* **THE TASK**
In the entries that follow, find the line containing "f 161 156 105"; from there, copy every line exactly through the line containing "f 286 290 228".

* **Dataset entries**
****
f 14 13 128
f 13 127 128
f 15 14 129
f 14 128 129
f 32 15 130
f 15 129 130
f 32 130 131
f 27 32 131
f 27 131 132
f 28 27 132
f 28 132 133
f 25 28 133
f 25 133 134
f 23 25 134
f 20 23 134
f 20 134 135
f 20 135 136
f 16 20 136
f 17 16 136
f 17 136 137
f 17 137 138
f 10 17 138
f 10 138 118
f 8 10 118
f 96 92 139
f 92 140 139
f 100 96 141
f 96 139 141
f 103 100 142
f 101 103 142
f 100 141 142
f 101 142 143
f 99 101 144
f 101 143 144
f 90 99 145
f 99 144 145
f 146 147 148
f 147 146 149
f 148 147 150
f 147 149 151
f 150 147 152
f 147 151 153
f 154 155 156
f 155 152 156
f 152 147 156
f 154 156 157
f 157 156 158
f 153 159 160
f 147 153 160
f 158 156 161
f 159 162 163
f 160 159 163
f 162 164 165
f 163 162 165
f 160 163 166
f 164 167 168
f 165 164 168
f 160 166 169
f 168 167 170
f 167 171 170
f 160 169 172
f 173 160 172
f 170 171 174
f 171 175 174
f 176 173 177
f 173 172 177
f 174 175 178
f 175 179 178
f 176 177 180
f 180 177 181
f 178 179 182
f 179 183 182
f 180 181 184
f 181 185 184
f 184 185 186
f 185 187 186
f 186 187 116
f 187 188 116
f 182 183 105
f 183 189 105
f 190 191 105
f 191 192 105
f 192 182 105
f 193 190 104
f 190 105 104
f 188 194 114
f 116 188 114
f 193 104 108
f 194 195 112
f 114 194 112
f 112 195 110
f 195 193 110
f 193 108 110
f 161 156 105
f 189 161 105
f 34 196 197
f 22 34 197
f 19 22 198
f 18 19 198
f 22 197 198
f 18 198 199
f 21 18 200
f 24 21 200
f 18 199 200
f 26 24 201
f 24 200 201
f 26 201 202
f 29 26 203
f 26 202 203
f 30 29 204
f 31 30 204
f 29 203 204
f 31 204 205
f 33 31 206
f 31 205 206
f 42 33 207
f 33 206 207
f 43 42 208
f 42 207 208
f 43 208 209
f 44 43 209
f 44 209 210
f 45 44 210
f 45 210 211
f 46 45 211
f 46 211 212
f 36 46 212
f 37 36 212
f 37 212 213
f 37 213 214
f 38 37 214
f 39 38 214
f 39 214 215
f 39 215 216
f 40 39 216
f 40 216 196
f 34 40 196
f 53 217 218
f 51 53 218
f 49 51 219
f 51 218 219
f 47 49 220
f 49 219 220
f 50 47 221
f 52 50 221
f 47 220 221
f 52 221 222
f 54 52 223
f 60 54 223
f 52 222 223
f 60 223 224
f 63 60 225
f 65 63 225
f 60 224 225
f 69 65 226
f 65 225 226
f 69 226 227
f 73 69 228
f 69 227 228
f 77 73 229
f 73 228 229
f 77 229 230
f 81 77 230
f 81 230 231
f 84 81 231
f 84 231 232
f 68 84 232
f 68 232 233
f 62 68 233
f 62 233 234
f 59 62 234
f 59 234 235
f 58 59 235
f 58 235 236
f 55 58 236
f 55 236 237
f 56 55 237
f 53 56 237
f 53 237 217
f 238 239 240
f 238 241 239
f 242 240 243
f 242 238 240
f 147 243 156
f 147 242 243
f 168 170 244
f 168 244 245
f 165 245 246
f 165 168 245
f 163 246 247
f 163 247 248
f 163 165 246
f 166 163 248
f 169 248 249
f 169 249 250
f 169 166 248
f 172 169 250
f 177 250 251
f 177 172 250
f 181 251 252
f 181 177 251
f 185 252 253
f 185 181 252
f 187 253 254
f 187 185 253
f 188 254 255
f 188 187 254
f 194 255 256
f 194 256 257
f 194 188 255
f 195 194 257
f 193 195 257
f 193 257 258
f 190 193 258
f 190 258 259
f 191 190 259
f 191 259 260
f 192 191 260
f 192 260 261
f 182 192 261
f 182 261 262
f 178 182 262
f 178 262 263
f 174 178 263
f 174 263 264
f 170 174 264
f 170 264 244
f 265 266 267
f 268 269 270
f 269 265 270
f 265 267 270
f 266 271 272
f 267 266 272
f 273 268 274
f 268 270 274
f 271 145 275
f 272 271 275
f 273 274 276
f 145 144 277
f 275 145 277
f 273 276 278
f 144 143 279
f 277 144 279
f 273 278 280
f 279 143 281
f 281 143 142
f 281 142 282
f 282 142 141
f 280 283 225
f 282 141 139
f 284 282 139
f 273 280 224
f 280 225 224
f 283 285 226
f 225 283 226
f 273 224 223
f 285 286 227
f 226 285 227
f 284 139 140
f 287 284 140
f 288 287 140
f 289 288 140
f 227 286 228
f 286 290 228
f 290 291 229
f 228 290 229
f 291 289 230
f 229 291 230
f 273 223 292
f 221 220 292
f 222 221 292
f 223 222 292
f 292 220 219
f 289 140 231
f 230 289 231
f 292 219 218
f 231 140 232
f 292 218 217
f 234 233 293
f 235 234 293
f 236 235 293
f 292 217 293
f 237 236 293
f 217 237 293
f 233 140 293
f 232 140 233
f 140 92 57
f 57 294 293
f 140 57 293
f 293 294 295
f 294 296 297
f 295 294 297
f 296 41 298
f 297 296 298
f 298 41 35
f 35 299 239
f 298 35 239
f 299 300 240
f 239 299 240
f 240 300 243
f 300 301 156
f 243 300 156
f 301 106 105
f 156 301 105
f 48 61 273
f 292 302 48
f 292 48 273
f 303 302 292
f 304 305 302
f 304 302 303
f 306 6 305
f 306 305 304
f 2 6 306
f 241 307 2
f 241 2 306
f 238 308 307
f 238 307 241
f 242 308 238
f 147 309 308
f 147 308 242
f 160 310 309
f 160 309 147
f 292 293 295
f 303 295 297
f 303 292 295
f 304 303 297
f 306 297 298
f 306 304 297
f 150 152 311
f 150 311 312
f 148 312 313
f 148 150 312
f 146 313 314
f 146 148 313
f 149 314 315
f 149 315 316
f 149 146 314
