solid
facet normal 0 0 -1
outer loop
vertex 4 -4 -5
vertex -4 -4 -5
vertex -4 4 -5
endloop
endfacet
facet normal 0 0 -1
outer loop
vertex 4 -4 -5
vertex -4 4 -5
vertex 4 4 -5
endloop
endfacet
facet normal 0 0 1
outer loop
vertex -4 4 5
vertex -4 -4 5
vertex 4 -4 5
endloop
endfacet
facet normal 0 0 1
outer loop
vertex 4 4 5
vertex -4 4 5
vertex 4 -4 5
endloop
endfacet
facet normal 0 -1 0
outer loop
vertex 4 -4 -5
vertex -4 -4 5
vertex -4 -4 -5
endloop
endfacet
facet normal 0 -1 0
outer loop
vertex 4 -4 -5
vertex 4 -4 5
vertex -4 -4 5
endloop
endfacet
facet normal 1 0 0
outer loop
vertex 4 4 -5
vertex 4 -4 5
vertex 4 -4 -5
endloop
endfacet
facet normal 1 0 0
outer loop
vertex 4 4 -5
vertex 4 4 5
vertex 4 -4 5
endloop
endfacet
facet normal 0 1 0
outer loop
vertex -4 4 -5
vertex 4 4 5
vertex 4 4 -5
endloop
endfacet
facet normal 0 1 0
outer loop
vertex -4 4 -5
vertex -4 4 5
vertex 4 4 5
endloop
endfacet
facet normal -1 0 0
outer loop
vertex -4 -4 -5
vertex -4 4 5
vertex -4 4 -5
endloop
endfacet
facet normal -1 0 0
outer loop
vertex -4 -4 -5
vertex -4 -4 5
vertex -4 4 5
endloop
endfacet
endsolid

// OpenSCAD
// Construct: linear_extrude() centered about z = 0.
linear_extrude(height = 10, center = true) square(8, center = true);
****
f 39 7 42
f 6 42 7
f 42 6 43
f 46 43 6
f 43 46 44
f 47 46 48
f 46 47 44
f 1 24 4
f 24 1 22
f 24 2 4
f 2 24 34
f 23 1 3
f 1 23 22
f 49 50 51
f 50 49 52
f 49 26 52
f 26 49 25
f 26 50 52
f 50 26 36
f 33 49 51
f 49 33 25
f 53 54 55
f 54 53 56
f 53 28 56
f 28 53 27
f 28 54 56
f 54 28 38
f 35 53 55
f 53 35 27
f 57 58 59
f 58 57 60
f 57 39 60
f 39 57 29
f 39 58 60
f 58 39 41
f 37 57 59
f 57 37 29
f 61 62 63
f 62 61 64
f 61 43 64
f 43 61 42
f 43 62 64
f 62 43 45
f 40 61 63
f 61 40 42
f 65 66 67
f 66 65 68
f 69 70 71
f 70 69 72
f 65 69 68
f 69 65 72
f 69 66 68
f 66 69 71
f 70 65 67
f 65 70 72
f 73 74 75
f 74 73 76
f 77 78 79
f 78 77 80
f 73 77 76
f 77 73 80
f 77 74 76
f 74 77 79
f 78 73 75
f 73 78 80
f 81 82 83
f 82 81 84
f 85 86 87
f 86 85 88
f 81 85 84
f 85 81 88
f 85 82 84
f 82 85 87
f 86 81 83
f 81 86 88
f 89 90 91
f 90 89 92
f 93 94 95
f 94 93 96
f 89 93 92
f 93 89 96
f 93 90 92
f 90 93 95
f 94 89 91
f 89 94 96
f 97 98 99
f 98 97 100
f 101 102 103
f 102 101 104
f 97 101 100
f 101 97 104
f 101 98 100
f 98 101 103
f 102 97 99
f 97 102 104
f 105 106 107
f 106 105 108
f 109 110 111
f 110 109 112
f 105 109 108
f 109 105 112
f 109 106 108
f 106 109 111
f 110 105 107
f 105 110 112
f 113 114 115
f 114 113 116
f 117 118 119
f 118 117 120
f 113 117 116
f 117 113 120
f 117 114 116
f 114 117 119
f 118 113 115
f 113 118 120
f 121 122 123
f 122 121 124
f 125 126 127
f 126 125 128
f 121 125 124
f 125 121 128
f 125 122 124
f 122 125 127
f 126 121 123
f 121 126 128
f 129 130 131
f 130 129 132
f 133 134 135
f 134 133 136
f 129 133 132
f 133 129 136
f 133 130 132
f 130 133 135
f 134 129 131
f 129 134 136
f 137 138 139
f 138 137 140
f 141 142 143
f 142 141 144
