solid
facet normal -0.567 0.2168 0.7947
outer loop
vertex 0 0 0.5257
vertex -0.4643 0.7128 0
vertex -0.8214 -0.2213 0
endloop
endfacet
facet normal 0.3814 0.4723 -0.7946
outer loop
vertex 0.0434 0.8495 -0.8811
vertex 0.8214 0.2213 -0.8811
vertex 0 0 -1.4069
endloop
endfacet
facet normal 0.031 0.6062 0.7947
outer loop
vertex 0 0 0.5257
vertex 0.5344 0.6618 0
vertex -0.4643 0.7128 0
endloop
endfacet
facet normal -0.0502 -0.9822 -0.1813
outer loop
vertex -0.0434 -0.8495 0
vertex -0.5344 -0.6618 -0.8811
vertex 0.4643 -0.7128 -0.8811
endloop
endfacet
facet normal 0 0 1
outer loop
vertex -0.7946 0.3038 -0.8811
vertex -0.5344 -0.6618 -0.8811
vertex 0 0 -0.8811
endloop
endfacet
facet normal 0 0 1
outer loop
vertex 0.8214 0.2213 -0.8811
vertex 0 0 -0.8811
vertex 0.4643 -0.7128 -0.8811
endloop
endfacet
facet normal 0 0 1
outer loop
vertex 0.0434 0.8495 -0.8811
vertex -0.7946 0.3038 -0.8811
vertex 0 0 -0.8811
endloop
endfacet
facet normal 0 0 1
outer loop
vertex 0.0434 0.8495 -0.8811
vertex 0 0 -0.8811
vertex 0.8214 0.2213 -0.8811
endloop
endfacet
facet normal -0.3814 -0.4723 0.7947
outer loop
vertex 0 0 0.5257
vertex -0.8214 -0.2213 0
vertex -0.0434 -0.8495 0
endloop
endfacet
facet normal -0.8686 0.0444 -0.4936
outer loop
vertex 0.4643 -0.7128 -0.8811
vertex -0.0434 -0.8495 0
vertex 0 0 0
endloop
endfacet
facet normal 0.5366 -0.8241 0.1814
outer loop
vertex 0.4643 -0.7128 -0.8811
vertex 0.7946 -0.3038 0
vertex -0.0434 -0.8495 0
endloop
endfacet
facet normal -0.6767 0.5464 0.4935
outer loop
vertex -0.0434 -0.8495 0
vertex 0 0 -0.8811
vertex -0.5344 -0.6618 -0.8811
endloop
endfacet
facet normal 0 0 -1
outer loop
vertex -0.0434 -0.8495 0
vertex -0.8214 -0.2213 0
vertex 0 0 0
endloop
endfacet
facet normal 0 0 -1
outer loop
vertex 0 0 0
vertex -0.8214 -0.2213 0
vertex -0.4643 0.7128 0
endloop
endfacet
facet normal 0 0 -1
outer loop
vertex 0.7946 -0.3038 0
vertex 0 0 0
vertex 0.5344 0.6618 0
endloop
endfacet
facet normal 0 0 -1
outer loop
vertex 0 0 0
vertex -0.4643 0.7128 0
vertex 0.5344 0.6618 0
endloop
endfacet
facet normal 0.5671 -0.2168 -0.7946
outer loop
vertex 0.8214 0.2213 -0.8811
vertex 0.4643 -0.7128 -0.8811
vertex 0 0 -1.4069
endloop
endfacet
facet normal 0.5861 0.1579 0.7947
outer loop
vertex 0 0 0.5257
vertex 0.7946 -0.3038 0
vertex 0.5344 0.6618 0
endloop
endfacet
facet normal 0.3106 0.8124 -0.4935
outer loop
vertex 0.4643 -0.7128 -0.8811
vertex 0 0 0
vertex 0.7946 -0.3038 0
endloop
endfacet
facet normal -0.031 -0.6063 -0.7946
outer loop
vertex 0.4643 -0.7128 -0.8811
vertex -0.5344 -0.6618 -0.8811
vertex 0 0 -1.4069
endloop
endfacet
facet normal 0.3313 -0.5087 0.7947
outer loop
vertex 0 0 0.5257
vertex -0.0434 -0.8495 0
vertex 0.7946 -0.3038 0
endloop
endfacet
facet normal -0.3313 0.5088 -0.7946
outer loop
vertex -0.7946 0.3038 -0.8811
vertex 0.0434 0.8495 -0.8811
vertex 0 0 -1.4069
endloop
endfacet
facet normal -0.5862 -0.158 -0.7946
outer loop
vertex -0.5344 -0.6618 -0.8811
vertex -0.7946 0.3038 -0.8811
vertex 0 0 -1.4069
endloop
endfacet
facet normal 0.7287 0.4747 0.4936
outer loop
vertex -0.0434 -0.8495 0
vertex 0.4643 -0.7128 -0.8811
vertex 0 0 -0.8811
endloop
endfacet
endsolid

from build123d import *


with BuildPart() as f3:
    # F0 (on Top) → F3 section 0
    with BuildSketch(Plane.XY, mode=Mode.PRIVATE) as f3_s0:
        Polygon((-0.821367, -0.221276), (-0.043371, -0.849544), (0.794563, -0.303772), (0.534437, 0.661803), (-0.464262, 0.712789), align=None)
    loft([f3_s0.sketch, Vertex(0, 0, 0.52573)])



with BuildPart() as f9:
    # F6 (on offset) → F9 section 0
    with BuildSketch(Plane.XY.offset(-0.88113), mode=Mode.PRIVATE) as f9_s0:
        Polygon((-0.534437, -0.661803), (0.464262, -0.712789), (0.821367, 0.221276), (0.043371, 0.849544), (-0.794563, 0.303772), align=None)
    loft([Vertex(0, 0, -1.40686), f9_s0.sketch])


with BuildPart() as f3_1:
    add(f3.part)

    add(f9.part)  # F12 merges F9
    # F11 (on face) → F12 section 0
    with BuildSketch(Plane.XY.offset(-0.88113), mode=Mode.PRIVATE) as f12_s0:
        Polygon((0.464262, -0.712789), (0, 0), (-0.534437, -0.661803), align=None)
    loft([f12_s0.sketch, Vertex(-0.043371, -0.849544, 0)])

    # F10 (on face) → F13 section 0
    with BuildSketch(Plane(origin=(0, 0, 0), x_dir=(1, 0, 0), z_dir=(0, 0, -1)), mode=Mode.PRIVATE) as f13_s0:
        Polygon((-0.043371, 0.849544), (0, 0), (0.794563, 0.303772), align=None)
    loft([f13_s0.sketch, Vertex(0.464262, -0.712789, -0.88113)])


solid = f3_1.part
****
* **RESPONSE BOX**
f 161 156 105
f 189 161 105
f 34 196 197
f 22 34 197
f 19 22 198
f 18 19 198
f 22 197 198
f 18 198 199
f 21 18 200
f 24 21 200
f 18 199 200
f 26 24 201
f 24 200 201
f 26 201 202
f 29 26 203
f 26 202 203
f 30 29 204
f 31 30 204
f 29 203 204
f 31 204 205
f 33 31 206
f 31 205 206
f 42 33 207
f 33 206 207
f 43 42 208
f 42 207 208
f 43 208 209
f 44 43 209
f 44 209 210
f 45 44 210
f 45 210 211
f 46 45 211
f 46 211 212
f 36 46 212
f 37 36 212
f 37 212 213
f 37 213 214
f 38 37 214
f 39 38 214
f 39 214 215
f 39 215 216
f 40 39 216
f 40 216 196
f 34 40 196
f 53 217 218
f 51 53 218
f 49 51 219
f 51 218 219
f 47 49 220
f 49 219 220
f 50 47 221
f 52 50 221
f 47 220 221
f 52 221 222
f 54 52 223
f 60 54 223
f 52 222 223
f 60 223 224
f 63 60 225
f 65 63 225
f 60 224 225
f 69 65 226
f 65 225 226
f 69 226 227
f 73 69 228
f 69 227 228
f 77 73 229
f 73 228 229
f 77 229 230
f 81 77 230
f 81 230 231
f 84 81 231
f 84 231 232
f 68 84 232
f 68 232 233
f 62 68 233
f 62 233 234
f 59 62 234
f 59 234 235
f 58 59 235
f 58 235 236
f 55 58 236
f 55 236 237
f 56 55 237
f 53 56 237
f 53 237 217
f 238 239 240
f 238 241 239
f 242 240 243
f 242 238 240
f 147 243 156
f 147 242 243
f 168 170 244
f 168 244 245
f 165 245 246
f 165 168 245
f 163 246 247
f 163 247 248
f 163 165 246
f 166 163 248
f 169 248 249
f 169 249 250
f 169 166 248
f 172 169 250
f 177 250 251
f 177 172 250
f 181 251 252
f 181 177 251
f 185 252 253
f 185 181 252
f 187 253 254
f 187 185 253
f 188 254 255
f 188 187 254
f 194 255 256
f 194 256 257
f 194 188 255
f 195 194 257
f 193 195 257
f 193 257 258
f 190 193 258
f 190 258 259
f 191 190 259
f 191 259 260
f 192 191 260
f 192 260 261
f 182 192 261
f 182 261 262
f 178 182 262
f 178 262 263
f 174 178 263
f 174 263 264
f 170 174 264
f 170 264 244
f 265 266 267
f 268 269 270
f 269 265 270
f 265 267 270
f 266 271 272
f 267 266 272
f 273 268 274
f 268 270 274
f 271 145 275
f 272 271 275
f 273 274 276
f 145 144 277
f 275 145 277
f 273 276 278
f 144 143 279
f 277 144 279
f 273 278 280
f 279 143 281
f 281 143 142
f 281 142 282
f 282 142 141
f 280 283 225
f 282 141 139
f 284 282 139
f 273 280 224
f 280 225 224
f 283 285 226
f 225 283 226
f 273 224 223
f 285 286 227
f 226 285 227
f 284 139 140
f 287 284 140
f 288 287 140
f 289 288 140
f 227 286 228
f 286 290 228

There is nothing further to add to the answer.